Start of Information
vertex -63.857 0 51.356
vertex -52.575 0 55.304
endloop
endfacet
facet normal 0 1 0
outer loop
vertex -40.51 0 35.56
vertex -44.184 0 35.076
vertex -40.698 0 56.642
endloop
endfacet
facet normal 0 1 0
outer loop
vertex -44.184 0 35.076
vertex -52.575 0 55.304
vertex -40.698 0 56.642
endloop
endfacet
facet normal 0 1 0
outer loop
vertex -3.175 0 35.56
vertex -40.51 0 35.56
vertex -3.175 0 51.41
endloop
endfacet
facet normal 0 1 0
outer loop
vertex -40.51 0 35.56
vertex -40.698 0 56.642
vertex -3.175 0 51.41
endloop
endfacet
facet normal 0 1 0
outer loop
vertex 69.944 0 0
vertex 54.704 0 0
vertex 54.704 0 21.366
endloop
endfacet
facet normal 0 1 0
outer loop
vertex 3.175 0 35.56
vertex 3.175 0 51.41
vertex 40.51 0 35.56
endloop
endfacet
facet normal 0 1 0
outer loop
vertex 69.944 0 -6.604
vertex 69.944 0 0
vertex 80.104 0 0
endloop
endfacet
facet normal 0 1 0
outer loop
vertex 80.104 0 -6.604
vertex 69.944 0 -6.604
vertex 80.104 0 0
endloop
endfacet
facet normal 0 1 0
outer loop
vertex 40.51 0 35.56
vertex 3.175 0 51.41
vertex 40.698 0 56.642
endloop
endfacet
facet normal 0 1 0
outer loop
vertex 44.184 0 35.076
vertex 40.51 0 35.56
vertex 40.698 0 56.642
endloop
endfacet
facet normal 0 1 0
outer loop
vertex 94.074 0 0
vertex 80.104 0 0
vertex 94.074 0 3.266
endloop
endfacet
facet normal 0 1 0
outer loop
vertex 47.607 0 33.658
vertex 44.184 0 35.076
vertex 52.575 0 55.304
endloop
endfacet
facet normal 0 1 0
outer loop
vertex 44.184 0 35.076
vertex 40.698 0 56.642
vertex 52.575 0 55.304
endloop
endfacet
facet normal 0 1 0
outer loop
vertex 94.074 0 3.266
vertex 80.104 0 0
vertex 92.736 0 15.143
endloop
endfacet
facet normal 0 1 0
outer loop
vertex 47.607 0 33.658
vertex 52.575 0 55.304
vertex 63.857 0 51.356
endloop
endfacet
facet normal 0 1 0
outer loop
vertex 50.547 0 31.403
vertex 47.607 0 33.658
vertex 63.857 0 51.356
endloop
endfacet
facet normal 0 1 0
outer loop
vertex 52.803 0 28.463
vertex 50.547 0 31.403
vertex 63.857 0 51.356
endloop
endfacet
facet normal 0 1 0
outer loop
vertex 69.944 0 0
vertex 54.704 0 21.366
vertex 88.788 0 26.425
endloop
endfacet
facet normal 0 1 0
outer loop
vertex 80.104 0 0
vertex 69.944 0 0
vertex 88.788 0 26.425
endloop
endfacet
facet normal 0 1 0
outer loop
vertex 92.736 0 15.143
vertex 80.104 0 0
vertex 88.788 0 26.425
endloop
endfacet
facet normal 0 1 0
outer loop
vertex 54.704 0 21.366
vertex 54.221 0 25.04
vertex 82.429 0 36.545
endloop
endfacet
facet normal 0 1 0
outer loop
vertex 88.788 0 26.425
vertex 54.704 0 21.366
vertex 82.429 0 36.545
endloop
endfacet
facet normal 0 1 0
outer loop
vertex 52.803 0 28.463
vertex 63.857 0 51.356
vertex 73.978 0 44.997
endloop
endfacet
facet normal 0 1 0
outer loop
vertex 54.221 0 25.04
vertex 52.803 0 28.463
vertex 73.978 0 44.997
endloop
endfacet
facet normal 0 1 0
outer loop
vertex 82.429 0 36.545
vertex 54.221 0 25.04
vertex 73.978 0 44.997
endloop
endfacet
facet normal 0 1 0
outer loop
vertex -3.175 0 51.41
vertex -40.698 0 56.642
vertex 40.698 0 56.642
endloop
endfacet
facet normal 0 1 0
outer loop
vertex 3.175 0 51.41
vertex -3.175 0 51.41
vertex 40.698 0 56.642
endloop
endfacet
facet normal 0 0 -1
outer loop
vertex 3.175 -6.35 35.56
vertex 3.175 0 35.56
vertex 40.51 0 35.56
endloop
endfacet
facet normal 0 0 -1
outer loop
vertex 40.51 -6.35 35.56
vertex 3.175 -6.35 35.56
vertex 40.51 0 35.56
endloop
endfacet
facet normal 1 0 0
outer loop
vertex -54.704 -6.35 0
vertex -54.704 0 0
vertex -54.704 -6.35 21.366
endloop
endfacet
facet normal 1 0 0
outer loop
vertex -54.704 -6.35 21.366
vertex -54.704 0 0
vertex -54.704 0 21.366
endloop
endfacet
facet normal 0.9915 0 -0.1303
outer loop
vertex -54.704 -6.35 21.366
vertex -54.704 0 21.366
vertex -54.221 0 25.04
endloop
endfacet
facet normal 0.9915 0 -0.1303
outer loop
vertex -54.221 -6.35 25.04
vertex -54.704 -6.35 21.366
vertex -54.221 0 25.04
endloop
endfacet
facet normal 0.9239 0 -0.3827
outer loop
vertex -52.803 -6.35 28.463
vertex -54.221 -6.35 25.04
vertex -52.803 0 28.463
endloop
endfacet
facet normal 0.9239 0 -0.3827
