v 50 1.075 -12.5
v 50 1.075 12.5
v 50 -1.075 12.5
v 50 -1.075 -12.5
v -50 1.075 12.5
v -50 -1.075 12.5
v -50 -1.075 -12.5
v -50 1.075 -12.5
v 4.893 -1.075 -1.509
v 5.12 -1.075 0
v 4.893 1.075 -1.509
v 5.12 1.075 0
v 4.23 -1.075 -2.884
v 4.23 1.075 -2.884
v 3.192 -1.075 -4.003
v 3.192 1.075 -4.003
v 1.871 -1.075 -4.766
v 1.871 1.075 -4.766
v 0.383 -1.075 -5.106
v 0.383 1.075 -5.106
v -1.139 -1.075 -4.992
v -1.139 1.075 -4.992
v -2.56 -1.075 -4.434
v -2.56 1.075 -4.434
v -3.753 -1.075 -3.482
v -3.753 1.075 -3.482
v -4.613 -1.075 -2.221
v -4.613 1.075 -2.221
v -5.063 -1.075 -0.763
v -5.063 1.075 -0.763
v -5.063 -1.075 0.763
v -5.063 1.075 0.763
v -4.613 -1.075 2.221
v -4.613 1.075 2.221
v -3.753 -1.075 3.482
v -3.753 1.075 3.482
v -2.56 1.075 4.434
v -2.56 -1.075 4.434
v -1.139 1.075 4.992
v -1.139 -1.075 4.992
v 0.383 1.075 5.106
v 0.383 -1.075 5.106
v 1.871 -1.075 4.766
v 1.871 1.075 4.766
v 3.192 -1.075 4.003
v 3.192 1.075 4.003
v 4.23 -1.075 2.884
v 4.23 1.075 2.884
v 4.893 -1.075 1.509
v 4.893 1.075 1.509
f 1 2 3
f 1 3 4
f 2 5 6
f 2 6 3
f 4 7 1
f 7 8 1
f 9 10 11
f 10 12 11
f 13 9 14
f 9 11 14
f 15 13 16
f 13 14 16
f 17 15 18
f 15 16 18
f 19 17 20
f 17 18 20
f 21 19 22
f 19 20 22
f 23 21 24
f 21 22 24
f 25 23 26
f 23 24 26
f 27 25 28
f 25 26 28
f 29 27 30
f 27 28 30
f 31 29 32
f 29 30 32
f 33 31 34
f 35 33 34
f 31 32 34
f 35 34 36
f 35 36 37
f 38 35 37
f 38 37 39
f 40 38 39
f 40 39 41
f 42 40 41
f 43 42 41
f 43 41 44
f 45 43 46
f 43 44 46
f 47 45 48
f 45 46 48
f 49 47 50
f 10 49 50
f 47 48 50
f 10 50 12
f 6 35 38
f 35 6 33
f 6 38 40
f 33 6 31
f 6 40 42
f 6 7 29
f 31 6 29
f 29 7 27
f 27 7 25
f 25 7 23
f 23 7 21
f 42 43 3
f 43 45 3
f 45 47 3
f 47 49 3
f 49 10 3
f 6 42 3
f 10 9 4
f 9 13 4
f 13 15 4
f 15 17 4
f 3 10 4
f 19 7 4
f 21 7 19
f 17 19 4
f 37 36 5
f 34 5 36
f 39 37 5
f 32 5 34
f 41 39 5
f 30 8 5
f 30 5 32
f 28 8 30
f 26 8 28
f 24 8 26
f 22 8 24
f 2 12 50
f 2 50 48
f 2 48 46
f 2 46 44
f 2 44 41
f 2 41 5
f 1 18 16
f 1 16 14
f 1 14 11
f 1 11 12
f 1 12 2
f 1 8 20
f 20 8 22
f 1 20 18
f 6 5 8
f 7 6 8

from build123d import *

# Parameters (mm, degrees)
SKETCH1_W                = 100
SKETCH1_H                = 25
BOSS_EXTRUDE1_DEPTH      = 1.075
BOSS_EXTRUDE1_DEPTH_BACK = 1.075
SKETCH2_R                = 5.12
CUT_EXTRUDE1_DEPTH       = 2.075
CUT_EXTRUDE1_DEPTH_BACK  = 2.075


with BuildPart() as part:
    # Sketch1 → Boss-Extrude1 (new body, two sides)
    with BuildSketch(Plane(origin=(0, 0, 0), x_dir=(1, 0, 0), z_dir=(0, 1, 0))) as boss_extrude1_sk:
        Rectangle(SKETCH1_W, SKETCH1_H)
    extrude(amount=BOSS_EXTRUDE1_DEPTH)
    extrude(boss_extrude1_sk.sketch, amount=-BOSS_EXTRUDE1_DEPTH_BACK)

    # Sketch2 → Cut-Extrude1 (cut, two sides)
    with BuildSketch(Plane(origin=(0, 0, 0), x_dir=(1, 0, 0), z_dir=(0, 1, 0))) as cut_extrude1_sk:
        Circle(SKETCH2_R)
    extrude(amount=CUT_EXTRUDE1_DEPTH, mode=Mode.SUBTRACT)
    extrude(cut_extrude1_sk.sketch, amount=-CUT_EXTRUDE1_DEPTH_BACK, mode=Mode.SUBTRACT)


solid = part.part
End of Information
Start of Information
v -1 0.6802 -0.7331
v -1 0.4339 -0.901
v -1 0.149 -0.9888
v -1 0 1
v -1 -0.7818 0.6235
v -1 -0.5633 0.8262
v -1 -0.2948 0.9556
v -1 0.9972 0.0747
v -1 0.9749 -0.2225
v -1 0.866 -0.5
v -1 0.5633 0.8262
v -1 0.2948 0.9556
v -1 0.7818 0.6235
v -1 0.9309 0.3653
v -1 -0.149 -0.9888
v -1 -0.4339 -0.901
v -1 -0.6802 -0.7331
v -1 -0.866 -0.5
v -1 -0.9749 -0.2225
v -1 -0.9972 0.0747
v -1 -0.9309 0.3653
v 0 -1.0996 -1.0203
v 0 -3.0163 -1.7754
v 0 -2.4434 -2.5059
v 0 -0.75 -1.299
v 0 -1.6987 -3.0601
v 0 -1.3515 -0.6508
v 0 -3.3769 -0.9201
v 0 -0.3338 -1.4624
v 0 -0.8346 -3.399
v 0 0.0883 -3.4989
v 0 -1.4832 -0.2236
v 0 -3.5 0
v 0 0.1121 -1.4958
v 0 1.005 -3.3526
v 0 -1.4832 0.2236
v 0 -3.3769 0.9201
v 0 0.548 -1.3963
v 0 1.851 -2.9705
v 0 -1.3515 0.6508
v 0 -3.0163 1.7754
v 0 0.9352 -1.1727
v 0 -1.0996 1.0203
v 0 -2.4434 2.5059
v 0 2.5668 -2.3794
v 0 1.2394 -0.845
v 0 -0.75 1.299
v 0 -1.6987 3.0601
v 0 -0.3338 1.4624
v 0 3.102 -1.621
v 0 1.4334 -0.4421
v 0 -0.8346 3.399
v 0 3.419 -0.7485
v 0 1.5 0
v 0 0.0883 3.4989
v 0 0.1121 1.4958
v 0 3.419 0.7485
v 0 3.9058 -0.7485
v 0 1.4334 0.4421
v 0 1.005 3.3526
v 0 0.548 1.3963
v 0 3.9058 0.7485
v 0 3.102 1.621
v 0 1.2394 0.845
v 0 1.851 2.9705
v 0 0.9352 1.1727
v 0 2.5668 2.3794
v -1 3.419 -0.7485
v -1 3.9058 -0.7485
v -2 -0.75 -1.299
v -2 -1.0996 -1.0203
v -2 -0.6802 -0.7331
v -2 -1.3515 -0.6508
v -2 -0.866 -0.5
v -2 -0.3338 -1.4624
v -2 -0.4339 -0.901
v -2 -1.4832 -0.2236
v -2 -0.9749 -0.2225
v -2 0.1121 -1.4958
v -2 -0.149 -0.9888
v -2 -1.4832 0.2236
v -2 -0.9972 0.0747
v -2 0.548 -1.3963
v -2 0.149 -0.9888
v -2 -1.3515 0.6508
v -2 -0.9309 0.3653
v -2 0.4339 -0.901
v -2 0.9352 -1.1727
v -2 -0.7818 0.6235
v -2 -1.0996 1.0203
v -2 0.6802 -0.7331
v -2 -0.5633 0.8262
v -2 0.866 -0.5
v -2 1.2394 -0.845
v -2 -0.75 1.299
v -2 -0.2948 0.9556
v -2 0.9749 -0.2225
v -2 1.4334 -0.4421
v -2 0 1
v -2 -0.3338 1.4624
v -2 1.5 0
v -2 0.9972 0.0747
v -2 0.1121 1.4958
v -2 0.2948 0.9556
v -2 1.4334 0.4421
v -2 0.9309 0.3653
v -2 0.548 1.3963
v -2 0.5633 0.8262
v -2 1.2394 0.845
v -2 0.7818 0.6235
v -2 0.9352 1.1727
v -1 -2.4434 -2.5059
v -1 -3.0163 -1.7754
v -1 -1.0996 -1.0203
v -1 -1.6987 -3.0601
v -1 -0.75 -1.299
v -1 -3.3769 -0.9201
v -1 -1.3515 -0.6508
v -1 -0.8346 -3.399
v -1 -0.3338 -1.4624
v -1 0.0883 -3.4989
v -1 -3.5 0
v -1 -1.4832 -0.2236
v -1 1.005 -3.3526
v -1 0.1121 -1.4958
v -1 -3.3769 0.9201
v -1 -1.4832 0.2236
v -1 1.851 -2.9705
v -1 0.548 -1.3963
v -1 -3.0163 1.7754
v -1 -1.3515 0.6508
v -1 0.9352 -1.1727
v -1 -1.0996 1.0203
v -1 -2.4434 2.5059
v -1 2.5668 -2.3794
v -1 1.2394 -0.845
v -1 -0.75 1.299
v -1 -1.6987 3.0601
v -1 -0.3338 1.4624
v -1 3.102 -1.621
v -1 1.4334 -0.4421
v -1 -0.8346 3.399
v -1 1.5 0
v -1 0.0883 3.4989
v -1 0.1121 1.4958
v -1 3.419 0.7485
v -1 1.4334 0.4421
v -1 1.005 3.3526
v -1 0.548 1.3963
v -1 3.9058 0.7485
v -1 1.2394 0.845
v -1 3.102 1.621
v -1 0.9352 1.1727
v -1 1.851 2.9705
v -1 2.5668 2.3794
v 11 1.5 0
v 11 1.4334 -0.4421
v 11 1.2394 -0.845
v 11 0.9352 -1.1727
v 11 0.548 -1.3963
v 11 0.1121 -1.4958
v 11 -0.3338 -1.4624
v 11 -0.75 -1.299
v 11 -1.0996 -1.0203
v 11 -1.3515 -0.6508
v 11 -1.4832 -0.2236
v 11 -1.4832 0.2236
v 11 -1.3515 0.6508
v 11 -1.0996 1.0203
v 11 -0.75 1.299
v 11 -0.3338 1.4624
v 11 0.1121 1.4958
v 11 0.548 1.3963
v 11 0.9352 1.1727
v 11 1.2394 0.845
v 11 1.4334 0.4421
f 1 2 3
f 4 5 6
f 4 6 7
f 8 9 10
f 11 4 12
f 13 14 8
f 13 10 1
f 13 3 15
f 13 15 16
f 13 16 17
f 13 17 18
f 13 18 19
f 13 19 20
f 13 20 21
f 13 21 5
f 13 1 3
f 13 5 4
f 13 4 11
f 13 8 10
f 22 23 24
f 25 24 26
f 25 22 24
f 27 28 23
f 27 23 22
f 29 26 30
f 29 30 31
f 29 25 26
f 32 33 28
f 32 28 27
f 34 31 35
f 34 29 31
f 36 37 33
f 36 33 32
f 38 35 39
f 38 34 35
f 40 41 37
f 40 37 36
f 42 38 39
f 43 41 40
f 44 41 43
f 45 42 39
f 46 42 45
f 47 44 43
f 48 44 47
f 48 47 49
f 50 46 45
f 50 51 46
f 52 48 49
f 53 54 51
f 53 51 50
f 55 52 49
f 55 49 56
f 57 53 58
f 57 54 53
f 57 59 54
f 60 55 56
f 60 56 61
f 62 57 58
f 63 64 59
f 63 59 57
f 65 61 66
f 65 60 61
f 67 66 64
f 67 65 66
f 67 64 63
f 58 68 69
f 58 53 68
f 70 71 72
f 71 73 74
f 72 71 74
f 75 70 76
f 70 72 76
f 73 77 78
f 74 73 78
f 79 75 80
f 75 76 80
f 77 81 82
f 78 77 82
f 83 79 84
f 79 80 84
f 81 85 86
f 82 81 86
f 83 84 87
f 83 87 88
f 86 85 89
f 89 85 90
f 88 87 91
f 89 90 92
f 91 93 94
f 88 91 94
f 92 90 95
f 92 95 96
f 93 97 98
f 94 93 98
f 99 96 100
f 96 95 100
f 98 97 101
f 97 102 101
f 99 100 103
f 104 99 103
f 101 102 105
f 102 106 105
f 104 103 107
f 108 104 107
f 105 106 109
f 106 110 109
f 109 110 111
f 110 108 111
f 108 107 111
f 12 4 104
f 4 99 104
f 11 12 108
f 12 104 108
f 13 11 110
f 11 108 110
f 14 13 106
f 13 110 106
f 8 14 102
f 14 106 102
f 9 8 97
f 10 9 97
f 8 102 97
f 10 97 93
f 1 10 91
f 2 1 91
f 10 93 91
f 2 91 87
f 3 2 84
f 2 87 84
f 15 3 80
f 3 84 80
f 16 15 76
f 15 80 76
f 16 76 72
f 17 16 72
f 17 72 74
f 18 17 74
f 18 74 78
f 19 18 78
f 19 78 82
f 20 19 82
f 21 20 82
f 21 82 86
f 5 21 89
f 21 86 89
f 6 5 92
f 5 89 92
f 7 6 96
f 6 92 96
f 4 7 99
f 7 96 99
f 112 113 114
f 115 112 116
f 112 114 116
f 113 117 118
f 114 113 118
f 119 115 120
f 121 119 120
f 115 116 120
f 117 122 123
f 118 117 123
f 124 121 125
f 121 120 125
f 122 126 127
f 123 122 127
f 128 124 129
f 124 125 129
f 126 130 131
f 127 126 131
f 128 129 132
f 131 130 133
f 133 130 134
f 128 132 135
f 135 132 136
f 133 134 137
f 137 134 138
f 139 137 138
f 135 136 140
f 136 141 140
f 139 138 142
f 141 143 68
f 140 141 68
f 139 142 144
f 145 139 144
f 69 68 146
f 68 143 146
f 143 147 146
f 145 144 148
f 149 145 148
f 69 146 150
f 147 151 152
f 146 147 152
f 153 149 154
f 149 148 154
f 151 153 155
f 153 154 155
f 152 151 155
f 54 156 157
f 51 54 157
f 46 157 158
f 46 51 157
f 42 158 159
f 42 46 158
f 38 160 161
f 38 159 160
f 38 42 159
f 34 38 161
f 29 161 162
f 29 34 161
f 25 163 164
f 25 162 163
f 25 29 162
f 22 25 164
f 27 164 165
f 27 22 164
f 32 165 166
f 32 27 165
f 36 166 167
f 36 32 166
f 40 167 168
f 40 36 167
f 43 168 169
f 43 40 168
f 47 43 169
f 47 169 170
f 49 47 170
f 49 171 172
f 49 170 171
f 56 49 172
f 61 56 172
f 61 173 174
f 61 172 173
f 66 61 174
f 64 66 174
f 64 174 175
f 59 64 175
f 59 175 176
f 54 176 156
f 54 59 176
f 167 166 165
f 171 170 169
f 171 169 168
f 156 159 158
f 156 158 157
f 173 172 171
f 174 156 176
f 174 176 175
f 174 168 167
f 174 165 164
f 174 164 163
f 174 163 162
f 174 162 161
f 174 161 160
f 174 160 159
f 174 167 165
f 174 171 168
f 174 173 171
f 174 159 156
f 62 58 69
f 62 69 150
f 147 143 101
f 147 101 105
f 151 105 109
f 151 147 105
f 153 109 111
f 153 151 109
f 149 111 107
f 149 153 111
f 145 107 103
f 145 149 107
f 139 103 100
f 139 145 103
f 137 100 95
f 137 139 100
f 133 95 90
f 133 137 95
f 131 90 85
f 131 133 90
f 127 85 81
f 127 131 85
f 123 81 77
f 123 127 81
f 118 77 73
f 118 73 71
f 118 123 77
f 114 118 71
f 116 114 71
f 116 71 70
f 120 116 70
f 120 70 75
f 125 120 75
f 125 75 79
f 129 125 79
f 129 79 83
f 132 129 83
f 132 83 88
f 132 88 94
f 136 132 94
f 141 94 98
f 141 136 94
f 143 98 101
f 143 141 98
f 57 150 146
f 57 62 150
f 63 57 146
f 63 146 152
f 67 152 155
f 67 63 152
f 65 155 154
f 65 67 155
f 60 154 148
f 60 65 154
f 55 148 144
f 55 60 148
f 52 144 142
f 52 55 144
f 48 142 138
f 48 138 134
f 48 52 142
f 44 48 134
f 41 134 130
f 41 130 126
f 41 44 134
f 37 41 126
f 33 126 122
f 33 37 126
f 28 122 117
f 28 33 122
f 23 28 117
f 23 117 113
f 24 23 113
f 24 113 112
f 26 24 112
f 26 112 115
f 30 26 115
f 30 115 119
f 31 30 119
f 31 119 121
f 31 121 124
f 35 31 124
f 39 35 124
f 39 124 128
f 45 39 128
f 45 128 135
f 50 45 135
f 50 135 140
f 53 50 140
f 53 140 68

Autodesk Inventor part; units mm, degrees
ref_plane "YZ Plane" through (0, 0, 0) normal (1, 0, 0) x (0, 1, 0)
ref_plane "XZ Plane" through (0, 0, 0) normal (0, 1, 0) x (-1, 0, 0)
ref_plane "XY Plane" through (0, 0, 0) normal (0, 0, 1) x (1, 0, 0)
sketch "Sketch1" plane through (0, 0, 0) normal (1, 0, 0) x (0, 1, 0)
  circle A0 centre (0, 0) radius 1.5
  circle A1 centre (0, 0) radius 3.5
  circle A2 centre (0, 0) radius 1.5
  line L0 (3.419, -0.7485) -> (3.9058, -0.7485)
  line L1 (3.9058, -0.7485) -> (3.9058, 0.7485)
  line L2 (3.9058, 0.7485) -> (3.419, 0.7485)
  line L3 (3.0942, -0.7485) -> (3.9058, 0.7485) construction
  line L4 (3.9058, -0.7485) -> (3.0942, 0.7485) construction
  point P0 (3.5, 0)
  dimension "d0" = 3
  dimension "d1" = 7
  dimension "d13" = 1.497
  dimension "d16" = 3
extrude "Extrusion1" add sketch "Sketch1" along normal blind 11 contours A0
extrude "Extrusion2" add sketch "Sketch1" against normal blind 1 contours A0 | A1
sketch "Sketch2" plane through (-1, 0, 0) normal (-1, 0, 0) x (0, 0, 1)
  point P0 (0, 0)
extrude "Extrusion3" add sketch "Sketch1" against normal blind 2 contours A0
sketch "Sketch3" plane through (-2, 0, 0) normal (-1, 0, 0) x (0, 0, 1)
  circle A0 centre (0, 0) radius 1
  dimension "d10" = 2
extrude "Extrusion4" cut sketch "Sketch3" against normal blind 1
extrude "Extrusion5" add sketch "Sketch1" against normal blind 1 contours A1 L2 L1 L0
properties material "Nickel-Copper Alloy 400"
End of Information
What to work on ::
Once you reach the line with "f 57 62 150" in the data above, copy it and every line after it exactly, up to and including the line with "f 53 140 68".

Task output ::
f 57 62 150
f 63 57 146
f 63 146 152
f 67 152 155
f 67 63 152
f 65 155 154
f 65 67 155
f 60 154 148
f 60 65 154
f 55 148 144
f 55 60 148
f 52 144 142
f 52 55 144
f 48 142 138
f 48 138 134
f 48 52 142
f 44 48 134
f 41 134 130
f 41 130 126
f 41 44 134
f 37 41 126
f 33 126 122
f 33 37 126
f 28 122 117
f 28 33 122
f 23 28 117
f 23 117 113
f 24 23 113
f 24 113 112
f 26 24 112
f 26 112 115
f 30 26 115
f 30 115 119
f 31 30 119
f 31 119 121
f 31 121 124
f 35 31 124
f 39 35 124
f 39 124 128
f 45 39 128
f 45 128 135
f 50 45 135
f 50 135 140
f 53 50 140
f 53 140 68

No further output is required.